People get accused of having affairs when they are doing no such thing

whatkatydidathome · 02/11/2010 00:01

Don't tell your husband. All you will do is make him feel bad as well. Okay you can get it off your chest but it will make him feel worse and probably wreck your marriage. Avoid seeing the OM - sooner or later you will get over him. Can't you spend some time with your husband without the kids? Maybe a weekend away? and try to feel a bit more like a couple again?

sayithowitis · 02/11/2010 00:04

bigbadsecret Mon 01-Nov-10 17:10:33
Thanks for both your advice, by the way. I have taken it on board, just don't think it is the best way forward for me.

What about what is best for your poor husband? he already suspects that something is going on and you have lied to him. However sad you feel right now, it is of your own making. What are you going to do when your husband finds out the truth? Not only will he know that you have lied and cheated on him for 3 months, but that when he gave you an opportunity to be honest, you still chose to continue to lie to him. He has the right to decide whether or not he wishes to stay in your marriage and work on improving it. It is not your right to make the decision for him.
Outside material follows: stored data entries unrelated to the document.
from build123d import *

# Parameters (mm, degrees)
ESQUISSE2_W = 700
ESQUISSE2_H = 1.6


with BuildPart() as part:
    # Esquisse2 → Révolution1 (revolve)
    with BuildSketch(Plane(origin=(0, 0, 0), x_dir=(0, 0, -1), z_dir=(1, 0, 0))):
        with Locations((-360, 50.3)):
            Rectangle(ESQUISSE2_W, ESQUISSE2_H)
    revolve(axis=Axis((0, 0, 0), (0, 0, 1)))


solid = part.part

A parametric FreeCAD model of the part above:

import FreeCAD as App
import Part
import Sketcher
from FreeCAD import Vector

doc = App.newDocument("Part")
params = doc.addObject("Spreadsheet::Sheet", "Params")
for row, (alias, value) in enumerate([
    ("sketch1_height", "700 mm"),
    ("sketch1_width", "1.6 mm"),
    ("revolution_angle", "360 deg"),
], start=1):
    params.set(f"A{row}", alias)
    params.set(f"B{row}", "=" + value)
    params.setAlias(f"B{row}", alias)

body = doc.addObject("PartDesign::Body", "Body")

# Sketch on YZ plane
sketch1 = doc.addObject("Sketcher::SketchObject", "Sketch")
body.addObject(sketch1)
sketch1.AttachmentSupport = (doc.YZ_Plane, [""])
sketch1.MapMode = "FlatFace"
sketch1.addGeometry(Part.LineSegment(Vector(51.1, 710, 0), Vector(49.5, 710, 0)), False)
sketch1.addGeometry(Part.LineSegment(Vector(49.5, 710, 0), Vector(49.5, 10, 0)), False)
sketch1.addGeometry(Part.LineSegment(Vector(49.5, 10, 0), Vector(51.1, 10, 0)), False)
sketch1.addGeometry(Part.LineSegment(Vector(51.1, 10, 0), Vector(51.1, 710, 0)), False)
sketch1.addConstraint(Sketcher.Constraint("Coincident", 0, 2, 1, 1))
sketch1.addConstraint(Sketcher.Constraint("Coincident", 1, 2, 2, 1))
sketch1.addConstraint(Sketcher.Constraint("Coincident", 2, 2, 3, 1))
sketch1.addConstraint(Sketcher.Constraint("Coincident", 3, 2, 0, 1))
sketch1.addConstraint(Sketcher.Constraint("Horizontal", 0))
sketch1.addConstraint(Sketcher.Constraint("Vertical", 1))
sketch1.addConstraint(Sketcher.Constraint("Horizontal", 2))
sketch1.addConstraint(Sketcher.Constraint("Vertical", 3))
sketch1.addConstraint(Sketcher.Constraint("DistanceY", 1, 2, 1, 1, 700.0))
sketch1.addConstraint(Sketcher.Constraint("DistanceX", 0, 2, 0, 1, 1.6))
sketch1.addConstraint(Sketcher.Constraint("DistanceY", -1, 1, 0, 2, 710.0))
sketch1.addConstraint(Sketcher.Constraint("DistanceX", -1, 1, 0, 2, 49.5))
sketch1.setExpression("Constraints[8]", "Params.sketch1_height")
sketch1.setExpression("Constraints[9]", "Params.sketch1_width")
revolution = doc.addObject("PartDesign::Revolution", "Revolution")
body.addObject(revolution)
revolution.Profile = sketch1
revolution.ReferenceAxis = (sketch1, ["V_Axis"])
revolution.setExpression("Angle", "Params.revolution_angle")

doc.recompute()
I cannot help but think about the advice that would be offered to a woman posting that she had confronted her H about a suspected affair. 'He will only admit to what he thinks he can get away with', ' keep digging and find more evidence', 'bide your time until you have all the evidence', 'it is not his choice whether to work on the marriage, it is yours', are all lines that are often written to a woman in your husband's situation.

If you have any respect for him at all, you will be honest with him and give him the chance to make his own decision.

WhenwillIfeelnormal · 02/11/2010 00:10

Yes say - there are some awful double standards on here when it comes to this issue, although I think at least Jasper is consistent in appeals to keep secrets, regardless of the poster's gender. However, if a male OP dared to write that he had been nasty to his wife at the same time as his denial, he would have been roasted on a spit on here.